Grieving is very individualized and needs to treated and respected as such! People grieve differently. Some will block it out and move on as if nothing has happened and will not want or need additional support. Others will experience and express deep emotion for maybe 6 months to a year; whereas others will have debilitating grief that lasts longer than a year and greatly limits their lives and this is referred to as Complicated Grief. Many people believe that there are stages of grief and that one goes through phases ending with acceptance of the loss and “being ok again.” However, the reality of grief is like a ball of yarn that a cat has gotten a hold of….no order with lots of twists and turns with no identified start or end point. Furthermore, not only do you grieve the loss that you are currently experiencing, but you again actively grieve losses you have experienced previously. For example, 10 years ago your aunt died, 5 years ago your beloved cat died, 2 years ago you lost your “dream job”, and now your best friend died. You not only are grieving the death of your best friend, but again grieving the deaths of your aunt, and cat, and the loss of your dream job. Thus, each loss often feels so much more painful because you are grieving again the other losses, not that you ever stop grieving entirely. Most tend to feel the loss less intensely on a continuous basis as time progresses, but the grieving will intensify at times such as holidays, anniversaries, new life events such as marriage, and a favorite song of the person comes on the radio. Many people will experience what is termed Anticipatory Grief which is grieving a loss that has not yet occurred. For example, one’s mother is getting older and one’s father just died, this person will likely begin feeling grief for the parent that is still alive for they know that eventually the mother will die which could also lead to the person feeling like an orphan.

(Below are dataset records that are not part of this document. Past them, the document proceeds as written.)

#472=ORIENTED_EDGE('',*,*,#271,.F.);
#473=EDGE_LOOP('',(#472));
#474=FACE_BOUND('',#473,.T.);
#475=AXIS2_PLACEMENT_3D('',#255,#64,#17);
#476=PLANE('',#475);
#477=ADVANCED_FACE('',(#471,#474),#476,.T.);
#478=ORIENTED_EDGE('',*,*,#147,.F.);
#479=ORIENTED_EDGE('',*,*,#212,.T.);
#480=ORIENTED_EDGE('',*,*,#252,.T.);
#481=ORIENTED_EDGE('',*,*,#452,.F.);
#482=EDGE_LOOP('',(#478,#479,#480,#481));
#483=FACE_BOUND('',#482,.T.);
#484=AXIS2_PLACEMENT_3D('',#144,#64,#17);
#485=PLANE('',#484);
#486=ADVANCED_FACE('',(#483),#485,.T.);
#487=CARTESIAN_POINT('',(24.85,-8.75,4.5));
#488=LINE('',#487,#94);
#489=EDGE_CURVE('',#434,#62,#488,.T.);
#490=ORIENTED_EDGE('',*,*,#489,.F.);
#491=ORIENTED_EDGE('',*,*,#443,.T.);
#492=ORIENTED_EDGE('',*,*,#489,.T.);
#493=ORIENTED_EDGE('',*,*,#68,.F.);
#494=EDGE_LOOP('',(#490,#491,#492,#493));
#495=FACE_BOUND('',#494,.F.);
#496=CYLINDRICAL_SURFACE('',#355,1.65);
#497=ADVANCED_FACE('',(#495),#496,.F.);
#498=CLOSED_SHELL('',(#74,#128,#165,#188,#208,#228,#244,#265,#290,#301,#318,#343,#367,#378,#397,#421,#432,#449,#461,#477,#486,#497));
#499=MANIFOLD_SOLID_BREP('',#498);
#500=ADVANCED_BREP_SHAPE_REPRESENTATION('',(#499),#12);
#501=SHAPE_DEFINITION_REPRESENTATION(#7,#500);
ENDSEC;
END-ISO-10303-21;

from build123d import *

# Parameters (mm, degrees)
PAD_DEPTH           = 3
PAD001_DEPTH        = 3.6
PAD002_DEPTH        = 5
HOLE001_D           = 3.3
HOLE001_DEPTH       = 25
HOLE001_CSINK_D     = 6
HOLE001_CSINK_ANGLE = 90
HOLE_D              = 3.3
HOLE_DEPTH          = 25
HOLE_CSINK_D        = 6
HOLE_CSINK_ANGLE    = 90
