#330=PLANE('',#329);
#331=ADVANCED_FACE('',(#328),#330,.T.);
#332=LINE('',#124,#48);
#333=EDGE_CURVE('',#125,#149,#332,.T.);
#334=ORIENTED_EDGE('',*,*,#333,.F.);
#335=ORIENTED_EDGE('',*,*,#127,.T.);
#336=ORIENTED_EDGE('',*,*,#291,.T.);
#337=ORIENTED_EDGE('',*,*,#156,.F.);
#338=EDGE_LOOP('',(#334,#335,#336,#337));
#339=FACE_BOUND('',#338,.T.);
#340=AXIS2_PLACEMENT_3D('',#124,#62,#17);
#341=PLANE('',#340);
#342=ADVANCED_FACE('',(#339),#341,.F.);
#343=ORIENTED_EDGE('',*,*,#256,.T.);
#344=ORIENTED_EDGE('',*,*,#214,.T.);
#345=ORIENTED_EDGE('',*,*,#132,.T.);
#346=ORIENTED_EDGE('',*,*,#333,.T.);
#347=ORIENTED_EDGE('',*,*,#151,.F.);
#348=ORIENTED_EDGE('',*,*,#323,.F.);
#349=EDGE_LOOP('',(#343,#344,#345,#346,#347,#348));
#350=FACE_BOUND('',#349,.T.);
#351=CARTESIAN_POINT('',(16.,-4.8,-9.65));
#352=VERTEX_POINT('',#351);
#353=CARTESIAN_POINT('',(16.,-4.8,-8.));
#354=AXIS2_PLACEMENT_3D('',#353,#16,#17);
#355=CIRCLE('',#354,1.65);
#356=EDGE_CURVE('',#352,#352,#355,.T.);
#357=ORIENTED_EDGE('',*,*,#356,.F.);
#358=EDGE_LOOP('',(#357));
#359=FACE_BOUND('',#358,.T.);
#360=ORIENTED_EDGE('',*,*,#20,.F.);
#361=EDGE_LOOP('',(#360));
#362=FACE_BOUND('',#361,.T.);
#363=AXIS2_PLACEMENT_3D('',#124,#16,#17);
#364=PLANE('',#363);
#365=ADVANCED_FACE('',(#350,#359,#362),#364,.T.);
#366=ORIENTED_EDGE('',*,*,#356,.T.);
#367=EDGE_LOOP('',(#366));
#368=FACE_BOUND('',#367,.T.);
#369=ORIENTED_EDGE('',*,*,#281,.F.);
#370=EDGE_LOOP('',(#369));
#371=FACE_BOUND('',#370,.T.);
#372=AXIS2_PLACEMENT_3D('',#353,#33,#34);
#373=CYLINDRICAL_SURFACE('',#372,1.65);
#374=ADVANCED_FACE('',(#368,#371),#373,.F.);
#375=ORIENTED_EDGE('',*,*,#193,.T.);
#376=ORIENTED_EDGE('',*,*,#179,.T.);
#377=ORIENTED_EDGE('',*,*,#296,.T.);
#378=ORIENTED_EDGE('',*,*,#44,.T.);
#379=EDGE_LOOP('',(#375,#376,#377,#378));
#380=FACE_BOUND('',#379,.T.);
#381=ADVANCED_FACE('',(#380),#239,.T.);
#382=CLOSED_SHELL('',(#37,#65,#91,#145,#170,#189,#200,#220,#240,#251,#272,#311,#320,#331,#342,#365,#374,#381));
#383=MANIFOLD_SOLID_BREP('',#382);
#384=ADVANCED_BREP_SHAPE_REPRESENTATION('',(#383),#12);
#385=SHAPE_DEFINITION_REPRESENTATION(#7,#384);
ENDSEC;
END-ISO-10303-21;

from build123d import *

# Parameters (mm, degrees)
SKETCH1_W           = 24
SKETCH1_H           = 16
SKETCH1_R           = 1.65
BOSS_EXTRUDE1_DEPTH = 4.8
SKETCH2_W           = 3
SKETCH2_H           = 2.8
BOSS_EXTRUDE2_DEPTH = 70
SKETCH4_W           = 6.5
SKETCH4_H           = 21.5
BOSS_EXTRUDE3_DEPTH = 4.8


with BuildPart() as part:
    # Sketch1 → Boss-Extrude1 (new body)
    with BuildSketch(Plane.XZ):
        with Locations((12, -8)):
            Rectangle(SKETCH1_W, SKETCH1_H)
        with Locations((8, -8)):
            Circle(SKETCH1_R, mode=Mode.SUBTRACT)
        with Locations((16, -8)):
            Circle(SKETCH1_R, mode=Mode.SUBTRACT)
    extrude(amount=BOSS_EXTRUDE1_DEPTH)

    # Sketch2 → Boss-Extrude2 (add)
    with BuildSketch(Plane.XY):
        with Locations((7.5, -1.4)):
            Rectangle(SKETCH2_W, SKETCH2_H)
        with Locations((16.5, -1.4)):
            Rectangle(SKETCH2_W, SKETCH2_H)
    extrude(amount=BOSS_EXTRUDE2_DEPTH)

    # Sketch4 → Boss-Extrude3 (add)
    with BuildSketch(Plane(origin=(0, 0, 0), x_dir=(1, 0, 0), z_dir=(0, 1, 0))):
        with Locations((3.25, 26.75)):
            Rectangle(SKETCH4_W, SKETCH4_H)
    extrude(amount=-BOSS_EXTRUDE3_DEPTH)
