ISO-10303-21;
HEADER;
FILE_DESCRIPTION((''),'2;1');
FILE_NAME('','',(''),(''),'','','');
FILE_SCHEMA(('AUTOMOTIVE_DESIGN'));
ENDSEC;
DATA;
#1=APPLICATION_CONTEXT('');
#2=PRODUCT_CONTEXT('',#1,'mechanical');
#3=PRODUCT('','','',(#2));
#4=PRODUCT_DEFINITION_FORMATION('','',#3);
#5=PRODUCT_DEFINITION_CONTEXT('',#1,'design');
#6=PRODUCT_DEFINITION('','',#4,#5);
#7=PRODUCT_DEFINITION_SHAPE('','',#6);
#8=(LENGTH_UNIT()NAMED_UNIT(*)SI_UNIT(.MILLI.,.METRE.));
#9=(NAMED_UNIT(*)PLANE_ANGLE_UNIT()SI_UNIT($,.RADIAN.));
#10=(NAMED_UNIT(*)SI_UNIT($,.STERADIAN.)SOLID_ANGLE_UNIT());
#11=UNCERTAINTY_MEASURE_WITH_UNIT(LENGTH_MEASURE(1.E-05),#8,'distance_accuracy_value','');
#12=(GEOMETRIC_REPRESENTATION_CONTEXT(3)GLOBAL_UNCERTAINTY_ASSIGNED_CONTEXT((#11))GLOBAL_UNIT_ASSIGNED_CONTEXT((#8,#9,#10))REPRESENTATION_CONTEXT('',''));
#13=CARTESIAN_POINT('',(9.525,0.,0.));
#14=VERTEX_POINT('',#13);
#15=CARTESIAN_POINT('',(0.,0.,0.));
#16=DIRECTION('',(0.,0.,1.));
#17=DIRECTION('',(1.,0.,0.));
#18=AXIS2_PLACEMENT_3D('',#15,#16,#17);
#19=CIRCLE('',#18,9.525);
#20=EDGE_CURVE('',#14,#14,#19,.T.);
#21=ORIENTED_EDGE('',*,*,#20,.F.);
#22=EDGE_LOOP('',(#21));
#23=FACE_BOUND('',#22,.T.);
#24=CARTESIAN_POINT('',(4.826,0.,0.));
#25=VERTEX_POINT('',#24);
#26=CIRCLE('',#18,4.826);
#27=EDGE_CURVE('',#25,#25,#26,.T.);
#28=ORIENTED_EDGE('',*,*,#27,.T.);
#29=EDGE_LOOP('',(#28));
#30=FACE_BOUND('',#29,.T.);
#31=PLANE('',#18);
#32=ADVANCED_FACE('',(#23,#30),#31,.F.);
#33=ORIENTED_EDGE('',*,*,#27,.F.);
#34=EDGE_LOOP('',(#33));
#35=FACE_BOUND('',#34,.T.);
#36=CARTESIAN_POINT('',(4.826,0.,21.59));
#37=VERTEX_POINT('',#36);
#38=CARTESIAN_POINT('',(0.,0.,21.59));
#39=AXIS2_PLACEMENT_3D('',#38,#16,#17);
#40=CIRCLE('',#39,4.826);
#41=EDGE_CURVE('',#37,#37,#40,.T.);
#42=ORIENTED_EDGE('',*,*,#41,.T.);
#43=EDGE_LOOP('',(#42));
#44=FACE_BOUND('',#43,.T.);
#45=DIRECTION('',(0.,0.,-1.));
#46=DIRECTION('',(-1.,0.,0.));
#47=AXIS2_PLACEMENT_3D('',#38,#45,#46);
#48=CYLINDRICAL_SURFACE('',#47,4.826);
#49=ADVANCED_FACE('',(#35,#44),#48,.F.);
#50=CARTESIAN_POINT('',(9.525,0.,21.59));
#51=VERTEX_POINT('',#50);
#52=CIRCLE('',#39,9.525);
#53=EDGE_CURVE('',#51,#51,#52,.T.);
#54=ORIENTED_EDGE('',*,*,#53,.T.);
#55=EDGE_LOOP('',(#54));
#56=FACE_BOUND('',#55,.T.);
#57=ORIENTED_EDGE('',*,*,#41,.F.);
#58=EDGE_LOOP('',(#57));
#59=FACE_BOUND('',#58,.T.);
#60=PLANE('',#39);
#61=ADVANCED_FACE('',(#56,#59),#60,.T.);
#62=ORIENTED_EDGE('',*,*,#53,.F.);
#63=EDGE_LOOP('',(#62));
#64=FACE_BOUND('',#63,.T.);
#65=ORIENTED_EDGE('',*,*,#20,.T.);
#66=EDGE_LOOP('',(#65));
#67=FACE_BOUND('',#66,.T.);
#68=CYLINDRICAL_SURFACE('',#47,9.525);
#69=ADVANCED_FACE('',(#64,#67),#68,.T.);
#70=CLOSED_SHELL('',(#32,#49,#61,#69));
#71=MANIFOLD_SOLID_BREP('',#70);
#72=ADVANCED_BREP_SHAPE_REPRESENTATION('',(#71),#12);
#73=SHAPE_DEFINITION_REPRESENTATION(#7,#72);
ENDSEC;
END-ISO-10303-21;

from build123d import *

# Parameters (mm, degrees)
SKETCH1_R           = 9.525
SKETCH1_R_2         = 4.826
BOSS_EXTRUDE1_DEPTH = 21.59


with BuildPart() as part:
    # Sketch1 → Boss-Extrude1 (new body)
    with BuildSketch(Plane.XY):
        Circle(SKETCH1_R)
        Circle(SKETCH1_R_2, mode=Mode.SUBTRACT)
    extrude(amount=BOSS_EXTRUDE1_DEPTH)


solid = part.part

Most people are uncertain about what to do or say to someone who is grieving. Here are some strategies that can help with what to say and do for someone who is grieving:
1. Avoid saying platitudes: For example, instead of saying, “They are in a better place and no longer suffering”, express “I am sorry for your loss”. Although one may say platitudes with good intentions, the reality is even if the death of a loved one ends suffering, the person grieving is still suffering and greatly misses and wants their loved one back. Platitudes can minimize their loss.
2. Talk about the person: Don’t be afraid to talk about the person. People want to hear about their loved ones; people want to know that their loved ones were important to others.
3. Reach out to the person who is grieving: Even if the person who is grieving does not want visitors, still make the offer. Reach out in 6 months, a year, and 5 years. Those who are grieving often feel that once a certain amount of time has passed that everyone else has forgotten the loss and this is when those who are grieving need more contact and support.
4. Offer to help in practical ways: For example, offer to do lawn care, pick up children from school and babysit, make a meal. These are just few of the things that greatly help those who are grieving since so often those who have just had a loss such as death of a loved one will be in a somewhat of a state of shock and making funeral arrangements and plans and will have little time for meal prep, lawn care, and could really use some help with childcare.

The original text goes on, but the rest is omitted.